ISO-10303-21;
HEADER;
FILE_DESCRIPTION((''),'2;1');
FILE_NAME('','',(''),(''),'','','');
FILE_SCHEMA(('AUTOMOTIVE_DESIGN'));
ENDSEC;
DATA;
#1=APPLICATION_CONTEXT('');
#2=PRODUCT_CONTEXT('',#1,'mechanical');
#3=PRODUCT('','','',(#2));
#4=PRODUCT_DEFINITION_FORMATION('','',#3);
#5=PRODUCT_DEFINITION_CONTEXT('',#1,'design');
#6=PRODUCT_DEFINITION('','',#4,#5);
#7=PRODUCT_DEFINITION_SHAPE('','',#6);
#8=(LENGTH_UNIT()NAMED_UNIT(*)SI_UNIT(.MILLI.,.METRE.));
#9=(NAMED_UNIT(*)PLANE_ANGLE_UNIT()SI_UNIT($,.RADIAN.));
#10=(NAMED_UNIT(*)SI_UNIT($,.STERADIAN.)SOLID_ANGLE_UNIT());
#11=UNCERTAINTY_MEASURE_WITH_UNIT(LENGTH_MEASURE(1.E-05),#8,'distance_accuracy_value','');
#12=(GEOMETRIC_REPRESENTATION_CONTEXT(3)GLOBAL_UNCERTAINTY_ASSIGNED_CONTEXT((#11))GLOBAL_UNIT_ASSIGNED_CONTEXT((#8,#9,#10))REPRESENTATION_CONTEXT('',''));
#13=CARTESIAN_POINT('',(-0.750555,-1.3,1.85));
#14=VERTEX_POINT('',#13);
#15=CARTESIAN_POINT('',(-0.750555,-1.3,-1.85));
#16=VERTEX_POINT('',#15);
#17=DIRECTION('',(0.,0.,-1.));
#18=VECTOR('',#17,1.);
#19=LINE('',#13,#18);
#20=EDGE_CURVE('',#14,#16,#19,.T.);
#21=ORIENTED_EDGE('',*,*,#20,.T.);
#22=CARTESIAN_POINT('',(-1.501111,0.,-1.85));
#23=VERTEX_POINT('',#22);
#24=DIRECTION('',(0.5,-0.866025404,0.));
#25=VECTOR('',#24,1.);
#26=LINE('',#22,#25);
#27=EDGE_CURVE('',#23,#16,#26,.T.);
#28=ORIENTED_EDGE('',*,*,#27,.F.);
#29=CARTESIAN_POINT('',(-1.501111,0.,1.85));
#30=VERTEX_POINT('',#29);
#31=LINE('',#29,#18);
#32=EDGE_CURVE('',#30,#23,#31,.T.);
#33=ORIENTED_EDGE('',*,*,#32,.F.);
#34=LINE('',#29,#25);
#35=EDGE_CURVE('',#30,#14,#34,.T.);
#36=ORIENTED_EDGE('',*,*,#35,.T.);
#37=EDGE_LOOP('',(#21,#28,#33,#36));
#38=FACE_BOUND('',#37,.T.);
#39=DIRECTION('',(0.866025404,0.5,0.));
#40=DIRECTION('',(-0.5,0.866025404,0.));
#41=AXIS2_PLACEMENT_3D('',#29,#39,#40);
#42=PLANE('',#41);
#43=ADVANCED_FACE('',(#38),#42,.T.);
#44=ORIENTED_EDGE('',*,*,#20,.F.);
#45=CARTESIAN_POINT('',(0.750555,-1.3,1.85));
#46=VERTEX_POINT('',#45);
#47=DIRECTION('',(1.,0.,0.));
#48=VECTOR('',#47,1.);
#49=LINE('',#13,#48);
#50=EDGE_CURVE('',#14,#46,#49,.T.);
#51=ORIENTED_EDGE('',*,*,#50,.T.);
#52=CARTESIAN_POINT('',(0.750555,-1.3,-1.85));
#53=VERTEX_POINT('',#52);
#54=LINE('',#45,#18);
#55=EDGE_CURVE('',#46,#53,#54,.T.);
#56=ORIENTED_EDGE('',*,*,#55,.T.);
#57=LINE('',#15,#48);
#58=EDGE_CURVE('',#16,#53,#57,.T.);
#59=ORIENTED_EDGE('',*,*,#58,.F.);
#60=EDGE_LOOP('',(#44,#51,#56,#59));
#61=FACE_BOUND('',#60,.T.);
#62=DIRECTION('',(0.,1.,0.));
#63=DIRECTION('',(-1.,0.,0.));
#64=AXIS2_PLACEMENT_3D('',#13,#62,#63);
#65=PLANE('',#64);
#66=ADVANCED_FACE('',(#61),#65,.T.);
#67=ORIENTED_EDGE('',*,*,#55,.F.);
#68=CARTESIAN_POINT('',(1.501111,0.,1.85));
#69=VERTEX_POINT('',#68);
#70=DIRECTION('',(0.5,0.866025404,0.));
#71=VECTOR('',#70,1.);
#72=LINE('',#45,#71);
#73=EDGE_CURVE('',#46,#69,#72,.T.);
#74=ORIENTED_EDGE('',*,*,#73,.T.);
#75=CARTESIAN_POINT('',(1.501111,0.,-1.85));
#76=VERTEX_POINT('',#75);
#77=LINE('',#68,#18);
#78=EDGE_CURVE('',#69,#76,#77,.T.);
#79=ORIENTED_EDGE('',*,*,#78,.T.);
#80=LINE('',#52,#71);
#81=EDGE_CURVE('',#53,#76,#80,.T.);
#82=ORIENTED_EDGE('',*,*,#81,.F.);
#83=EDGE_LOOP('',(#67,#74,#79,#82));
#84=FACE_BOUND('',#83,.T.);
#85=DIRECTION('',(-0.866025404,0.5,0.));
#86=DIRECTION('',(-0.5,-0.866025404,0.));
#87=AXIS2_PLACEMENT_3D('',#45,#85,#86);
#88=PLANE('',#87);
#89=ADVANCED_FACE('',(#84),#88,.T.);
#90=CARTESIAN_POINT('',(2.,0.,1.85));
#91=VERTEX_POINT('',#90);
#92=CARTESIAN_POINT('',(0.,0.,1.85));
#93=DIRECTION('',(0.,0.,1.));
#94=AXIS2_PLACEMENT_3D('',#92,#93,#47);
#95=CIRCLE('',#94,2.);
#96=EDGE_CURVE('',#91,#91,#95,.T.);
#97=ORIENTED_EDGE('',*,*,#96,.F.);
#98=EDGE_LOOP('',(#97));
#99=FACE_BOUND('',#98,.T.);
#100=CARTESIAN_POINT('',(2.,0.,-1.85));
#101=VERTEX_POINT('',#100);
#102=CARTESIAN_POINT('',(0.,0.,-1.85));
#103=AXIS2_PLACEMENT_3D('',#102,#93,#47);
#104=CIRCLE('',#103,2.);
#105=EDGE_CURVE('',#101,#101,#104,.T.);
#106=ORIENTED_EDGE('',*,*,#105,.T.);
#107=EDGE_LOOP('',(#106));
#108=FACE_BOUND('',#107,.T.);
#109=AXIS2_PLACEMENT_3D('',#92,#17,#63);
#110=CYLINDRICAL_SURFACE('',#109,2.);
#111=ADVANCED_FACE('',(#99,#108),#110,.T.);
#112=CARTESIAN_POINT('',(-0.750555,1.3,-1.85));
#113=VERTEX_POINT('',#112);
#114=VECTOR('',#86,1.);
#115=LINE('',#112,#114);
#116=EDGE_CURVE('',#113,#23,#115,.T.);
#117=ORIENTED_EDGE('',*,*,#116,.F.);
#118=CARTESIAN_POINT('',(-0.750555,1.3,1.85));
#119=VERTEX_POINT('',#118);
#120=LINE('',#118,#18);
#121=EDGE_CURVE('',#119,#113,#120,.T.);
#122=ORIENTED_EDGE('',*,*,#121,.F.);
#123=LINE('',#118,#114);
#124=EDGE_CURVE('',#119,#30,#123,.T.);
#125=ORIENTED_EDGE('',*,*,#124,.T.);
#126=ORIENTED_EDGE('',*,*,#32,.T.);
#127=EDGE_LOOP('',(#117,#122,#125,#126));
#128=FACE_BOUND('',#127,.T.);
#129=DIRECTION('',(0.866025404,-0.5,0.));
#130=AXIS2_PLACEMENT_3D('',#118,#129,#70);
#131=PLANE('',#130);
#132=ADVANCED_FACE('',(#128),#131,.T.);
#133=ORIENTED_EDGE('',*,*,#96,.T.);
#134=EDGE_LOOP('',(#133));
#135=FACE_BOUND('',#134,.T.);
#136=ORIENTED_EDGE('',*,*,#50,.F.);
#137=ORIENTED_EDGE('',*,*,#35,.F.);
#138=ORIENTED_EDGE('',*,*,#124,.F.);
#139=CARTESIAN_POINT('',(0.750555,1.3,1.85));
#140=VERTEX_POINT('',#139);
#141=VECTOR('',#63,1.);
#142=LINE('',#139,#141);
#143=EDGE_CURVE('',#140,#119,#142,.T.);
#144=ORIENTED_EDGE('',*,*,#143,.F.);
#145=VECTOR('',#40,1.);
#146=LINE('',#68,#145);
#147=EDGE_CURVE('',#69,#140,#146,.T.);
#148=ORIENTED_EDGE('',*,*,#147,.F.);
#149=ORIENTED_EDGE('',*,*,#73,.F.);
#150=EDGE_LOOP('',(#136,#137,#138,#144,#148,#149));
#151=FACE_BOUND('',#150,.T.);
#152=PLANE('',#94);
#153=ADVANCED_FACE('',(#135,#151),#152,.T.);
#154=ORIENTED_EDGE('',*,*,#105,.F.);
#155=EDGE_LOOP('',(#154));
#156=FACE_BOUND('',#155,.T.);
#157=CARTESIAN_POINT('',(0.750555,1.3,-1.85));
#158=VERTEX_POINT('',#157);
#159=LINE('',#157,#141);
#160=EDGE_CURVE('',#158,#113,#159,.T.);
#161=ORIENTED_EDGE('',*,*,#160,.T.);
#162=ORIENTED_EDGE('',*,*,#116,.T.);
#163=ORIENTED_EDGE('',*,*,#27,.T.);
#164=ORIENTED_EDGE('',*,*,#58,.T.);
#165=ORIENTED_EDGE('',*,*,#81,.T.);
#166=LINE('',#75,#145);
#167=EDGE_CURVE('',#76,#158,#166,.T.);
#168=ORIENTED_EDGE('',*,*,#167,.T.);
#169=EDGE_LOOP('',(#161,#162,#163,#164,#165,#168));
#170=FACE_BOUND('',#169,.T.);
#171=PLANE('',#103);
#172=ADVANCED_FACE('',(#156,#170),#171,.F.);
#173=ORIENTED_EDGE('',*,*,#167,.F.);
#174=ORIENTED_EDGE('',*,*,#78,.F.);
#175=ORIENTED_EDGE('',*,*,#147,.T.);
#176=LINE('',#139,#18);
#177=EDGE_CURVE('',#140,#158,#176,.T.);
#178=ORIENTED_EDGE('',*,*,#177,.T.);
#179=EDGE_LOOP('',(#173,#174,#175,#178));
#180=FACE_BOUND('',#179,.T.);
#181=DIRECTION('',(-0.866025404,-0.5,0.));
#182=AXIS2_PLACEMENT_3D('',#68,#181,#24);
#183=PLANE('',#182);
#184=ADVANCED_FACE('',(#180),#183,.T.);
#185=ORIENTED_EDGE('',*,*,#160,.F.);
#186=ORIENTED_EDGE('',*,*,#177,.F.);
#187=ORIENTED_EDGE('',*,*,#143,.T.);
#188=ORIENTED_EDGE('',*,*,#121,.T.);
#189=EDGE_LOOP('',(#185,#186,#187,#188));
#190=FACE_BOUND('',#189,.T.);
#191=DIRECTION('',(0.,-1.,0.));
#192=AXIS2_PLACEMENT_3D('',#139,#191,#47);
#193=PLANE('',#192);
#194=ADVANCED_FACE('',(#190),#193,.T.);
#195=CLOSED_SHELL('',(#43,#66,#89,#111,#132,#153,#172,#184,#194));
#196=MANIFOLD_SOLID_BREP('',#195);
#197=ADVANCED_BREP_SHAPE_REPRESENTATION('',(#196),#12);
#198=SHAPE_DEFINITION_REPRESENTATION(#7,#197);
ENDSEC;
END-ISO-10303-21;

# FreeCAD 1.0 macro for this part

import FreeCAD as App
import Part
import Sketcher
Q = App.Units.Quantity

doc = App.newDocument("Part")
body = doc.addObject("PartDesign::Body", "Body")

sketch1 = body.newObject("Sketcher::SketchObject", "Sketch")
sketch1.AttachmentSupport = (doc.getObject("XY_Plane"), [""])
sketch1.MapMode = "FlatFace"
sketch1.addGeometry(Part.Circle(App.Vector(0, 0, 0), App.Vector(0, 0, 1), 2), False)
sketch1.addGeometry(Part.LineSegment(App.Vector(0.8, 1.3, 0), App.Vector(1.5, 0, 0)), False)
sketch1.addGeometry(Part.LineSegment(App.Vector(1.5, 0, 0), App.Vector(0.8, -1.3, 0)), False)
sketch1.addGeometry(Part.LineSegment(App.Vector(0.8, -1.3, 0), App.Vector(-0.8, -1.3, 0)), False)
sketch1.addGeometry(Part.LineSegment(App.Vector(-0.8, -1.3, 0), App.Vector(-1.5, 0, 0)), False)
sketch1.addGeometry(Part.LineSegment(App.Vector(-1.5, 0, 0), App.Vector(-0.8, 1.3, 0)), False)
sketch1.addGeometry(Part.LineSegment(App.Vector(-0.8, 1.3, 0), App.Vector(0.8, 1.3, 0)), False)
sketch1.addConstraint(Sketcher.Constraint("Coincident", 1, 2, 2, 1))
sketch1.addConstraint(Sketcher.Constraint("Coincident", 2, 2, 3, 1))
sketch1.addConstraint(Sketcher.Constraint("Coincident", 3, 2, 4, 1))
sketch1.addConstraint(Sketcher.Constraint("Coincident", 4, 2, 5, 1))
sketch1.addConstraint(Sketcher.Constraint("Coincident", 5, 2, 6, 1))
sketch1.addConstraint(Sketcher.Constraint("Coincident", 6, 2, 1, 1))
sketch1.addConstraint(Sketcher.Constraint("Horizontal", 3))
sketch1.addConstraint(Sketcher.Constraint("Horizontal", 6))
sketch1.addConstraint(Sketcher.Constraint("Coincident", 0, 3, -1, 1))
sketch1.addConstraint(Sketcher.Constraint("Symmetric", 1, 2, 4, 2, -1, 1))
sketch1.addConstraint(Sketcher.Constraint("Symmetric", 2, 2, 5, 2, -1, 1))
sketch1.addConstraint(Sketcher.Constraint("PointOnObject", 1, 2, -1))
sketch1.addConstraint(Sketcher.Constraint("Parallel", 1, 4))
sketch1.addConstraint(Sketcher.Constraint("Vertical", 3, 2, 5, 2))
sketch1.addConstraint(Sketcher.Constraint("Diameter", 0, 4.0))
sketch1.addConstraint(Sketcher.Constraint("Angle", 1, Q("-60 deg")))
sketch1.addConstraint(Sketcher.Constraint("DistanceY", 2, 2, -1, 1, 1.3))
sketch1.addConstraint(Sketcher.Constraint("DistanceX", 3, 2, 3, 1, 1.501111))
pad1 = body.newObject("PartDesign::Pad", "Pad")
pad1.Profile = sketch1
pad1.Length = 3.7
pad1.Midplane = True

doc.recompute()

TASK GOAL:
Print, from the entries above, the line with "#39=DIRECTION('',(0.866025404,0.5,0.));", the line with "#65=PLANE('',#64);" and all lines between them, exactly and with nothing else.

RESULT:
#39=DIRECTION('',(0.866025404,0.5,0.));
#40=DIRECTION('',(-0.5,0.866025404,0.));
#41=AXIS2_PLACEMENT_3D('',#29,#39,#40);
#42=PLANE('',#41);
#43=ADVANCED_FACE('',(#38),#42,.T.);
#44=ORIENTED_EDGE('',*,*,#20,.F.);
#45=CARTESIAN_POINT('',(0.750555,-1.3,1.85));
#46=VERTEX_POINT('',#45);
#47=DIRECTION('',(1.,0.,0.));
#48=VECTOR('',#47,1.);
#49=LINE('',#13,#48);
#50=EDGE_CURVE('',#14,#46,#49,.T.);
#51=ORIENTED_EDGE('',*,*,#50,.T.);
#52=CARTESIAN_POINT('',(0.750555,-1.3,-1.85));
#53=VERTEX_POINT('',#52);
#54=LINE('',#45,#18);
#55=EDGE_CURVE('',#46,#53,#54,.T.);
#56=ORIENTED_EDGE('',*,*,#55,.T.);
#57=LINE('',#15,#48);
#58=EDGE_CURVE('',#16,#53,#57,.T.);
#59=ORIENTED_EDGE('',*,*,#58,.F.);
#60=EDGE_LOOP('',(#44,#51,#56,#59));
#61=FACE_BOUND('',#60,.T.);
#62=DIRECTION('',(0.,1.,0.));
#63=DIRECTION('',(-1.,0.,0.));
#64=AXIS2_PLACEMENT_3D('',#13,#62,#63);
#65=PLANE('',#64);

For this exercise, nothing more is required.